[Data excerpts]
Segment Open

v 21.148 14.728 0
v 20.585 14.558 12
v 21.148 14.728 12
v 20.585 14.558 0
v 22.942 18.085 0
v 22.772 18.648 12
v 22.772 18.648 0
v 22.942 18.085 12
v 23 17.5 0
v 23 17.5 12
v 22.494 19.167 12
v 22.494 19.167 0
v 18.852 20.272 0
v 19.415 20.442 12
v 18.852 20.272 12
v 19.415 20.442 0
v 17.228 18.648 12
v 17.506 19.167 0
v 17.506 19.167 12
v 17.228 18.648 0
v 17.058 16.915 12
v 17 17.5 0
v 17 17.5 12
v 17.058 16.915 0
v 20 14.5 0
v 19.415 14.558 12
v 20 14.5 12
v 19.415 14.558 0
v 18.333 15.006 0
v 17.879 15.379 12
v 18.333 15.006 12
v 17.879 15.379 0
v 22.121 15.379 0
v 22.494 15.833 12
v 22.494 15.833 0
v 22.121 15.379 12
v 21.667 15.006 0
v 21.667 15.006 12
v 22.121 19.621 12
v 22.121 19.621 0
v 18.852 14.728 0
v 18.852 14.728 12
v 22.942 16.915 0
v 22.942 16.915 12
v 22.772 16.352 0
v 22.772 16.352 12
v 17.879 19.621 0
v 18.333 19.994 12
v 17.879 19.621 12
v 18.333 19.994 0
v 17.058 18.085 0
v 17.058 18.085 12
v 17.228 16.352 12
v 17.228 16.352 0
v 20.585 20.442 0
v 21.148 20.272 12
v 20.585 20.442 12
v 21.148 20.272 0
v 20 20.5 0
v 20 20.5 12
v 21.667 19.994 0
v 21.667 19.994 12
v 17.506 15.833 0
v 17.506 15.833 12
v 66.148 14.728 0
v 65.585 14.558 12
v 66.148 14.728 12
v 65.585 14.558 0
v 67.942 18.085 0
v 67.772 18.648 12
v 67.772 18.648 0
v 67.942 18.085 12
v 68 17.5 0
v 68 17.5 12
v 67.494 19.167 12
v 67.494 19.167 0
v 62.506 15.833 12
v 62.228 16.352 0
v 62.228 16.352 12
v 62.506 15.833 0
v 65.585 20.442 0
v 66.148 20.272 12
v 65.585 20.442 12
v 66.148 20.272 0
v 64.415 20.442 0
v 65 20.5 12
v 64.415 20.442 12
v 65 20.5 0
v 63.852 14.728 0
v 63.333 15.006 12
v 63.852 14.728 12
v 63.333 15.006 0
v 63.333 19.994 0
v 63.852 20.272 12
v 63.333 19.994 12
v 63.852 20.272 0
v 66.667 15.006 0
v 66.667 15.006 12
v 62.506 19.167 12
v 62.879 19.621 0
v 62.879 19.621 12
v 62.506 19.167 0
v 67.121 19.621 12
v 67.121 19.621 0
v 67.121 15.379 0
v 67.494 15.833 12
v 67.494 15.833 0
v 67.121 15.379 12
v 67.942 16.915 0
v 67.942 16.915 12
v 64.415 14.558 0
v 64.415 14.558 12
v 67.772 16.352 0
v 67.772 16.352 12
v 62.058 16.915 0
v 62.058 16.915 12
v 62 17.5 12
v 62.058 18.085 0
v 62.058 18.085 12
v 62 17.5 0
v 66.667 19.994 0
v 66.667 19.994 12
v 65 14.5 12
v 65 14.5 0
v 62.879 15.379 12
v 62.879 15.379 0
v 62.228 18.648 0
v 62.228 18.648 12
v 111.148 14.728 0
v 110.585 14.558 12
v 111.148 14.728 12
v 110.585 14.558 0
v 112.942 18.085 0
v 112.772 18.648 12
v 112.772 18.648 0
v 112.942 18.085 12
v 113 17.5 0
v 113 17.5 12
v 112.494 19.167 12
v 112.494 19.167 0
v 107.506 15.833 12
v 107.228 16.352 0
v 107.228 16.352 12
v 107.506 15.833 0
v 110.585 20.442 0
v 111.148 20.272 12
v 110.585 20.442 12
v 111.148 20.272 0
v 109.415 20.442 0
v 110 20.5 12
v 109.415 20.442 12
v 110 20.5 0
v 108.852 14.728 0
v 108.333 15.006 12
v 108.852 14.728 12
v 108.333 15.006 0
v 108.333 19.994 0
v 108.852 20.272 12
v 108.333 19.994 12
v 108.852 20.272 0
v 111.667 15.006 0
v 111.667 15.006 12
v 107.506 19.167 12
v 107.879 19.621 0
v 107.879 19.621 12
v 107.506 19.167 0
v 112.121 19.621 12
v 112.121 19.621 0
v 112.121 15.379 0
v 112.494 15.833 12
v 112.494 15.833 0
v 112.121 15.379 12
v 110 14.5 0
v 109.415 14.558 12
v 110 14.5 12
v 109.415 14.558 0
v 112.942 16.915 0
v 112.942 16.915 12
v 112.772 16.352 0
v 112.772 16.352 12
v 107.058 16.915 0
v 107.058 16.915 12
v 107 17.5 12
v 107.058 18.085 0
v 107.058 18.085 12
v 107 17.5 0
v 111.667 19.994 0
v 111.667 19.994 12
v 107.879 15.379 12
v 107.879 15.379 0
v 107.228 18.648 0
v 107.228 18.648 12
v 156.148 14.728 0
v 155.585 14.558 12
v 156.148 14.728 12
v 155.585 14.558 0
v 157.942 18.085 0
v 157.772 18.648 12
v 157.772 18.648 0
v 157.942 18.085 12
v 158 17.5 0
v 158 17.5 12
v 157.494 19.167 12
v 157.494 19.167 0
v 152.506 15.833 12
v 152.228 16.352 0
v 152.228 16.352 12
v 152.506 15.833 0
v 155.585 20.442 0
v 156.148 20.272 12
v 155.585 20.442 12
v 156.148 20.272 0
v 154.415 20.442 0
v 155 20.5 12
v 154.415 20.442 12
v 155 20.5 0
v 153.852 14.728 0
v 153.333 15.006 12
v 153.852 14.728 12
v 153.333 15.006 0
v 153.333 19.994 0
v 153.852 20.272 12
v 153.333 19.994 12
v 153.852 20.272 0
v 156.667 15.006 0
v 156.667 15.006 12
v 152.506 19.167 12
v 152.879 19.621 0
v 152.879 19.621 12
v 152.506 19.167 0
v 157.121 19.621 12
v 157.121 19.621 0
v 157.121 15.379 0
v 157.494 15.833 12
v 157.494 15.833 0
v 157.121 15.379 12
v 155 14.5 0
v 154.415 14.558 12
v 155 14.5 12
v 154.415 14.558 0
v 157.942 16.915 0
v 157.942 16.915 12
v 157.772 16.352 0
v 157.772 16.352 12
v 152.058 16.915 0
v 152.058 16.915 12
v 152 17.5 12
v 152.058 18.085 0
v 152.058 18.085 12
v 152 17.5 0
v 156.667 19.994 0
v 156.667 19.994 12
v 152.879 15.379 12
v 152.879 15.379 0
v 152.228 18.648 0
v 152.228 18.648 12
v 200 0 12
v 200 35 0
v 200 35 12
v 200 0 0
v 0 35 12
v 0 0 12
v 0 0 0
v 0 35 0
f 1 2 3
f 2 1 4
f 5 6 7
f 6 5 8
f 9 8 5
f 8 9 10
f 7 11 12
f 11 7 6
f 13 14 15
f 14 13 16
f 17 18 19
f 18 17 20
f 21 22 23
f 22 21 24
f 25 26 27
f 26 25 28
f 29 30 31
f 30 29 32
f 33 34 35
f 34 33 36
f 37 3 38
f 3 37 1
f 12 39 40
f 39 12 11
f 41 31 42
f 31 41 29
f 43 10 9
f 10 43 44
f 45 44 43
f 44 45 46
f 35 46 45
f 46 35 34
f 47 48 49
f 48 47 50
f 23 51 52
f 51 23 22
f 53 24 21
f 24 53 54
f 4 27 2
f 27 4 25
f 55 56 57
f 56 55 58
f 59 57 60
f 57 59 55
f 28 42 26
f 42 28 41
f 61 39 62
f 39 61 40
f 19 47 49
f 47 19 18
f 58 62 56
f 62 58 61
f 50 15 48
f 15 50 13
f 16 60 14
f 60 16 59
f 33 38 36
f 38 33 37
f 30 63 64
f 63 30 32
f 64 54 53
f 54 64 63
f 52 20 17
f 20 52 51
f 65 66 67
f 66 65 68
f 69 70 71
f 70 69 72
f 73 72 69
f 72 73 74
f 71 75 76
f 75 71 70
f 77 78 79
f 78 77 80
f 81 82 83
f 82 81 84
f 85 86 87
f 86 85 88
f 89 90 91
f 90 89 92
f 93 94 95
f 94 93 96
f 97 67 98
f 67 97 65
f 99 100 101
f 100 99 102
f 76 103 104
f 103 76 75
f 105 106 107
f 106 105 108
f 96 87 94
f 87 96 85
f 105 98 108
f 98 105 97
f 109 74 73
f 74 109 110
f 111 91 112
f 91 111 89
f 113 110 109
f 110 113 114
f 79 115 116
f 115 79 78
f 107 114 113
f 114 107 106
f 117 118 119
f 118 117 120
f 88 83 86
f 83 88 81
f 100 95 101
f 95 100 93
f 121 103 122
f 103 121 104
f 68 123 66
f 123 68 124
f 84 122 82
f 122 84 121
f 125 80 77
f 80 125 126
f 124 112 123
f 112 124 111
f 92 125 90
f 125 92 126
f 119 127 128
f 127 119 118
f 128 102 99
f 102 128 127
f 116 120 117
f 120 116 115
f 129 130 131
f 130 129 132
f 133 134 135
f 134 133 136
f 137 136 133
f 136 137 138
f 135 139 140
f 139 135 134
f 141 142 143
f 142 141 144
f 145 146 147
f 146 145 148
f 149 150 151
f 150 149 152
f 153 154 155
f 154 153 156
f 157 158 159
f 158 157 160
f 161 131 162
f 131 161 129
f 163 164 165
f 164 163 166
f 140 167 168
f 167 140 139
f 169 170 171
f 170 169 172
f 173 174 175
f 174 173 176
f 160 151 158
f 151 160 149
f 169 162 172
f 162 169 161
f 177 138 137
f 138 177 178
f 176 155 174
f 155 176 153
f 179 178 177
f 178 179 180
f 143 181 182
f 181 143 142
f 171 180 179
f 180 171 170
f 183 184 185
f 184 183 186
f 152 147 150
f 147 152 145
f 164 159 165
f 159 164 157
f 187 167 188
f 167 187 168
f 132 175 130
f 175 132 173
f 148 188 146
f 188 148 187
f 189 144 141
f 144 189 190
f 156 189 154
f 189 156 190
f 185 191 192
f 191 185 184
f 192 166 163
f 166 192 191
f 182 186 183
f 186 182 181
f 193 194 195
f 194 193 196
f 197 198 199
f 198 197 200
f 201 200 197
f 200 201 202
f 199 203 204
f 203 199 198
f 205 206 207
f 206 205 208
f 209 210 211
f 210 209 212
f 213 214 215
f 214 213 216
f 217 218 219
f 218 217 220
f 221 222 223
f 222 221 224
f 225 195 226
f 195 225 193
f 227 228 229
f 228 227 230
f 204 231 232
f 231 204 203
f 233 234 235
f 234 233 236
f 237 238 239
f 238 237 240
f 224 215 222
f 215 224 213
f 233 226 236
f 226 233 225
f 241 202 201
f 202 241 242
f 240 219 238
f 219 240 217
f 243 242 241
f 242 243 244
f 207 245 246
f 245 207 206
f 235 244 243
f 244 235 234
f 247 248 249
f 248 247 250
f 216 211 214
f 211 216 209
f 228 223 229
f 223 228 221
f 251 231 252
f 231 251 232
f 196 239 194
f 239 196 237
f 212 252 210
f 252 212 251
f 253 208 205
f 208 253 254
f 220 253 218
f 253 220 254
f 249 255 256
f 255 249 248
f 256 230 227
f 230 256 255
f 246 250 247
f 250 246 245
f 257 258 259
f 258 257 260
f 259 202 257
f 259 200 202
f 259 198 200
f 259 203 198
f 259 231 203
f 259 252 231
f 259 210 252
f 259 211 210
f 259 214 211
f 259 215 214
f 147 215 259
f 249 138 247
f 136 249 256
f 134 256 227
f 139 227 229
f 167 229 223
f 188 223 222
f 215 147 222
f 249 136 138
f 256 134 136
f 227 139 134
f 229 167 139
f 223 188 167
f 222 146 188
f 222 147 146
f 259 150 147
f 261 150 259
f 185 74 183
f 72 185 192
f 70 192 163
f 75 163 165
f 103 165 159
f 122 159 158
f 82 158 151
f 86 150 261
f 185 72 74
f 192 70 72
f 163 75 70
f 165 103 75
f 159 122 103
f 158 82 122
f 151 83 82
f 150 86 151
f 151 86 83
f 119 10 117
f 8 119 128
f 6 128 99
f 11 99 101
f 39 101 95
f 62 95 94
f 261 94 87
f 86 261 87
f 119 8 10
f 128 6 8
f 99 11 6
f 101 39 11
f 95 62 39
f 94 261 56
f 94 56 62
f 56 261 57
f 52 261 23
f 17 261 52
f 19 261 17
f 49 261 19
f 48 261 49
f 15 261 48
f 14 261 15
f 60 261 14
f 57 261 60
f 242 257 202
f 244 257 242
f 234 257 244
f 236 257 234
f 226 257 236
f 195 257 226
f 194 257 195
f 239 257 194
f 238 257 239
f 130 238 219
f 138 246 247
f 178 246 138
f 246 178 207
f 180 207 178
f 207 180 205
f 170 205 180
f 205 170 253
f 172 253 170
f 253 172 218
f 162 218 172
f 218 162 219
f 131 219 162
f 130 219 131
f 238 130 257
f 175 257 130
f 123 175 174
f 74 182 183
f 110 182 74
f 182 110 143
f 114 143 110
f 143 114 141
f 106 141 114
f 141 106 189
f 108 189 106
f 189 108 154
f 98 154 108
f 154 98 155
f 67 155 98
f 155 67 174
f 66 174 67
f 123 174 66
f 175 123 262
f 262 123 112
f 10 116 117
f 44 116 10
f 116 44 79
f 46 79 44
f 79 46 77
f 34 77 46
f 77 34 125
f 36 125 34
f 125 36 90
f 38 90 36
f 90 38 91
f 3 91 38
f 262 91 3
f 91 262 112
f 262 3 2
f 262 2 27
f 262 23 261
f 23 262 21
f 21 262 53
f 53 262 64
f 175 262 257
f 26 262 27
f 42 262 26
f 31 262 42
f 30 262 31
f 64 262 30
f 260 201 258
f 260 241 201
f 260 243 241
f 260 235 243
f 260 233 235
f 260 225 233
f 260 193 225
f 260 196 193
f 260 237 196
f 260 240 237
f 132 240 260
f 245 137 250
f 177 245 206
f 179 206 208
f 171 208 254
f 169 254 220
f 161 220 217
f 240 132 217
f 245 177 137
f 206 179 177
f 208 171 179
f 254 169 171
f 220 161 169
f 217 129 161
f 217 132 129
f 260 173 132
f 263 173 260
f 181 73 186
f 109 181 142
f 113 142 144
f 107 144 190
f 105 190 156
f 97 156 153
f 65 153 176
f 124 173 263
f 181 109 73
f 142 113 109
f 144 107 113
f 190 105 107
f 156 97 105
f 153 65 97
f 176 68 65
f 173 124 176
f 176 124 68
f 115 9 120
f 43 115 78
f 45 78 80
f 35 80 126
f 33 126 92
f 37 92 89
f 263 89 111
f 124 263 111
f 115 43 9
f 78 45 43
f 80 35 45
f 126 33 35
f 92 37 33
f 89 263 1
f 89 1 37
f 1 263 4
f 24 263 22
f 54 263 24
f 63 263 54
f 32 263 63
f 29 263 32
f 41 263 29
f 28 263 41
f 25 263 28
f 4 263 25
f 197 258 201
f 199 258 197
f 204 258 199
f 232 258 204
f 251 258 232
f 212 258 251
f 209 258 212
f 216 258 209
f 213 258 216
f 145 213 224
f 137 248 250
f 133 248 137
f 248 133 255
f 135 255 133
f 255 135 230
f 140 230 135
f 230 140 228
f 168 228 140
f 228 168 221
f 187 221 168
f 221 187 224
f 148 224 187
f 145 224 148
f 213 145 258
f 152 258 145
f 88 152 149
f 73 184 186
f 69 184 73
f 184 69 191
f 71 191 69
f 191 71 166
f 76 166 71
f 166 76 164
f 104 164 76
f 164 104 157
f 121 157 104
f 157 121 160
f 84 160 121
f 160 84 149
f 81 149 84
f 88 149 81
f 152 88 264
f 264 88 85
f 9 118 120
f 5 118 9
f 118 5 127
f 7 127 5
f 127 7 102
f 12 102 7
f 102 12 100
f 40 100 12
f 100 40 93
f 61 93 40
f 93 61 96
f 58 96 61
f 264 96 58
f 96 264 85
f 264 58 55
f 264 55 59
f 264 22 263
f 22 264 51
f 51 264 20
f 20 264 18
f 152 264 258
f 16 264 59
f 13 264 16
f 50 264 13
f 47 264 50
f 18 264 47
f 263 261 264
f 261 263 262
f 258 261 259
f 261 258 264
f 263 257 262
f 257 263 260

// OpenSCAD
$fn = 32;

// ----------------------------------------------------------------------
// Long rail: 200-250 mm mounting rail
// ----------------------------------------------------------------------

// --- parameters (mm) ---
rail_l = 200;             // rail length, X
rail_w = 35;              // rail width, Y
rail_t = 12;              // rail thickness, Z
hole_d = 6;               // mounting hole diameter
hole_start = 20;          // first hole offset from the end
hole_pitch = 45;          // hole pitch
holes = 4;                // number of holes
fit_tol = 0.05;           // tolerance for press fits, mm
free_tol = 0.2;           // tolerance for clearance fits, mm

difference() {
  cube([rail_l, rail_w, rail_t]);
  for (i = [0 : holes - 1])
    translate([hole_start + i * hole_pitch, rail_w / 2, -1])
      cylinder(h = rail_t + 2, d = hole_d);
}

Segment Closed

* [Exercise objective]:
Your task is to restate, word for word, only those lines above that fall between the line holding "f 225 195 226" and the line holding "f 258 257 260", inclusive.

* [Solution for this exercise]:
f 225 195 226
f 195 225 193
f 227 228 229
f 228 227 230
f 204 231 232
f 231 204 203
f 233 234 235
f 234 233 236
f 237 238 239
f 238 237 240
f 224 215 222
f 215 224 213
f 233 226 236
f 226 233 225
f 241 202 201
f 202 241 242
f 240 219 238
f 219 240 217
f 243 242 241
f 242 243 244
f 207 245 246
f 245 207 206
f 235 244 243
f 244 235 234
f 247 248 249
f 248 247 250
f 216 211 214
f 211 216 209
f 228 223 229
f 223 228 221
f 251 231 252
f 231 251 232
f 196 239 194
f 239 196 237
f 212 252 210
f 252 212 251
f 253 208 205
f 208 253 254
f 220 253 218
f 253 220 254
f 249 255 256
f 255 249 248
f 256 230 227
f 230 256 255
f 246 250 247
f 250 246 245
f 257 258 259
f 258 257 260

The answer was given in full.